Data records section start

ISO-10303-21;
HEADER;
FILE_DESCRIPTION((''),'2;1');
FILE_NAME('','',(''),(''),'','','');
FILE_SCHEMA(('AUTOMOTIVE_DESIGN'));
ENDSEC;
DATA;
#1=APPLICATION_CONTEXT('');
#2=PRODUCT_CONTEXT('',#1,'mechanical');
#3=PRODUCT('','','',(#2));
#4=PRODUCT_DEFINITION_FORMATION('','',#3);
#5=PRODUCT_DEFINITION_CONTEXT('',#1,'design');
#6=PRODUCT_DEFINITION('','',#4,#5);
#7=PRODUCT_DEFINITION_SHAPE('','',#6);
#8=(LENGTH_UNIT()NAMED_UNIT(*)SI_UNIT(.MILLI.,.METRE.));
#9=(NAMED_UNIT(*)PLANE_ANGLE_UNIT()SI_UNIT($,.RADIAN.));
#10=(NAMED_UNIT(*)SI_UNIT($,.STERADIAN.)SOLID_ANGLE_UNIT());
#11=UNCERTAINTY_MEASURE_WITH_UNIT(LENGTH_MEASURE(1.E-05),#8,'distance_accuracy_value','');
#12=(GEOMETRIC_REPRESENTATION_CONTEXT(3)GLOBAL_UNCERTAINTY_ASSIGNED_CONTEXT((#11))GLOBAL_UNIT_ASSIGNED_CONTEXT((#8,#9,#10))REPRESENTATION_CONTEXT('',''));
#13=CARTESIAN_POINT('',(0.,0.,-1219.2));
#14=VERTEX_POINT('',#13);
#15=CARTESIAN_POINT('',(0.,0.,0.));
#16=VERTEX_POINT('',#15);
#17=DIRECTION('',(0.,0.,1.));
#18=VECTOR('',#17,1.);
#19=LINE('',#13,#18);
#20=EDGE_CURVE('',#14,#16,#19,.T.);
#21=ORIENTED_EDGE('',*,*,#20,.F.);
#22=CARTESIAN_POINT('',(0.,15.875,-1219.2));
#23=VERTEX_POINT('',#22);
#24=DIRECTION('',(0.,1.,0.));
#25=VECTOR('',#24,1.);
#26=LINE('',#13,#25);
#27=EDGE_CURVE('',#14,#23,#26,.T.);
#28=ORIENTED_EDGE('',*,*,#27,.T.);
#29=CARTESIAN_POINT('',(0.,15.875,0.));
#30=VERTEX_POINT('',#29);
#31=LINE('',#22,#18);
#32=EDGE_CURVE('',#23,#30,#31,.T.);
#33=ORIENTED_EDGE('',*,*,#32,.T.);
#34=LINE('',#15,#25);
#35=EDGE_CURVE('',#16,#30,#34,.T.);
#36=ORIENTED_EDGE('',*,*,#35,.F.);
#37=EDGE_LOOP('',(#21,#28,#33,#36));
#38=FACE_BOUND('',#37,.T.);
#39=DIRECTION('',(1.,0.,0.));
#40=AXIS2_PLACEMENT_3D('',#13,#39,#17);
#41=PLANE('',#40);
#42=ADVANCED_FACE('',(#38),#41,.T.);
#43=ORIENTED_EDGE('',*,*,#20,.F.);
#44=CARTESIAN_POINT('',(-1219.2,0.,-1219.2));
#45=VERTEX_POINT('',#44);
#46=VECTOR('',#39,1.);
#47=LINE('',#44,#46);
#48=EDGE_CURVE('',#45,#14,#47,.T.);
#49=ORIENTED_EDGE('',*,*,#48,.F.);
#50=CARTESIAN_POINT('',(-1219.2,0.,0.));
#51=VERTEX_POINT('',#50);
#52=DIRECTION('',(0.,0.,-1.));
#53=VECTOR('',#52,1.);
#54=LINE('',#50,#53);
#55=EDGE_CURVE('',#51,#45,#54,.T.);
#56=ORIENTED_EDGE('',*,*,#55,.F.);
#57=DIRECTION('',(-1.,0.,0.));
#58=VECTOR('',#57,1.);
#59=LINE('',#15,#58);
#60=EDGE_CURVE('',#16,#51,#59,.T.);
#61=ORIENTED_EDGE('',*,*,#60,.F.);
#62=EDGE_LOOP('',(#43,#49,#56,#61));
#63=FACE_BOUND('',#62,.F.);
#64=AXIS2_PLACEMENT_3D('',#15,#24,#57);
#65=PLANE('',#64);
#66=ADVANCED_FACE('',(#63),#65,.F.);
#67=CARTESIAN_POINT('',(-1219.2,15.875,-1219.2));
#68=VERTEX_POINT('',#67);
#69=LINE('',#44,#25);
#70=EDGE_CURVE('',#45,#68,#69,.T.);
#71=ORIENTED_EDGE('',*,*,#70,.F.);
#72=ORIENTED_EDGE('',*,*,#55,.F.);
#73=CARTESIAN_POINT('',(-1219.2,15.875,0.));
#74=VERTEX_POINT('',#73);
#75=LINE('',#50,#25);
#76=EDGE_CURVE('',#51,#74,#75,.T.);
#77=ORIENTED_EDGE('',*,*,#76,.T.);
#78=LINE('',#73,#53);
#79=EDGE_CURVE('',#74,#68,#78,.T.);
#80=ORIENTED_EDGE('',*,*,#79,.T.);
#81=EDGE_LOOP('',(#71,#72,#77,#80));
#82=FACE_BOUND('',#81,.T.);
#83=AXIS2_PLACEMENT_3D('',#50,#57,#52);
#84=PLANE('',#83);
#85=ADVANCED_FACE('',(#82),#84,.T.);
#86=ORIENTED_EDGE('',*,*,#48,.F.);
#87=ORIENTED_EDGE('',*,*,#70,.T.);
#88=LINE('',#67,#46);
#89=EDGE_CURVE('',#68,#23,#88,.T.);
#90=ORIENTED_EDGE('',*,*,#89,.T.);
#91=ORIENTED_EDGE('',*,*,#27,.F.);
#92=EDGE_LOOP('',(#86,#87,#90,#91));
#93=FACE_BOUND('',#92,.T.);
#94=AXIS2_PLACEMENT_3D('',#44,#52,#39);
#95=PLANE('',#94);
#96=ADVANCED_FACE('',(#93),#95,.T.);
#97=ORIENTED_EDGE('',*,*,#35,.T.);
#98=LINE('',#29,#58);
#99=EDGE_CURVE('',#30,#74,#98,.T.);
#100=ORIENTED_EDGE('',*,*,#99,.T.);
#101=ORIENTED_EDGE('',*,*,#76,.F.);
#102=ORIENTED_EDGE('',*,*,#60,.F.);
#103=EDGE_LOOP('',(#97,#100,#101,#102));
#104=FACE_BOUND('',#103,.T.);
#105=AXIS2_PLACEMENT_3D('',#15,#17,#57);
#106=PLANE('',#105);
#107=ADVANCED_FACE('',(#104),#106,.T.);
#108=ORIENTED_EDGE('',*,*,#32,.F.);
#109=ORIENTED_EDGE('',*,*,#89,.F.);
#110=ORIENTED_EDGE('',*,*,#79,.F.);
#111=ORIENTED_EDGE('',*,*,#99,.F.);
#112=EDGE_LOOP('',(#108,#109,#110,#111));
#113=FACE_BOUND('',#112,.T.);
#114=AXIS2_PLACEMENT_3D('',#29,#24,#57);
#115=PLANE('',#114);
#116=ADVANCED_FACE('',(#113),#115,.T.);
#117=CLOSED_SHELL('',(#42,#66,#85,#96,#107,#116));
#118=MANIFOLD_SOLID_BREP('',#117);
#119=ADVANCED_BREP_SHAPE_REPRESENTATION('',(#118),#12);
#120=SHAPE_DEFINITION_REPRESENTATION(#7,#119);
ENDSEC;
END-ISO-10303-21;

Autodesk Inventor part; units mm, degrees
ref_plane "YZ Plane" through (0, 0, 0) normal (1, 0, 0) x (0, 1, 0)
ref_plane "XZ Plane" through (0, 0, 0) normal (0, 1, 0) x (-1, 0, 0)
ref_plane "XY Plane" through (0, 0, 0) normal (0, 0, 1) x (1, 0, 0)
sketch "Sketch1" plane through (0, 0, 0) normal (0, 1, 0) x (-1, 0, 0)
  line L0 (0, 0) -> (1219.2, 0)
  line L1 (1219.2, 0) -> (1219.2, -1219.2)
  line L2 (1219.2, -1219.2) -> (0, -1219.2)
  line L3 (0, -1219.2) -> (0, 0)
  dimension "d0" = 1219.2
  dimension "d1" = 1219.2
extrude "Extrusion1" add sketch "Sketch1" along normal blind 15.875
properties part number "XZ Gyp Board"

Data records section end

* [Instructions for the task]:
Which lines above include the word "DIRECTION"? Pick them out and copy them.

* [Written response]:
#17=DIRECTION('',(0.,0.,1.));
#24=DIRECTION('',(0.,1.,0.));
#39=DIRECTION('',(1.,0.,0.));
#52=DIRECTION('',(0.,0.,-1.));
#57=DIRECTION('',(-1.,0.,0.));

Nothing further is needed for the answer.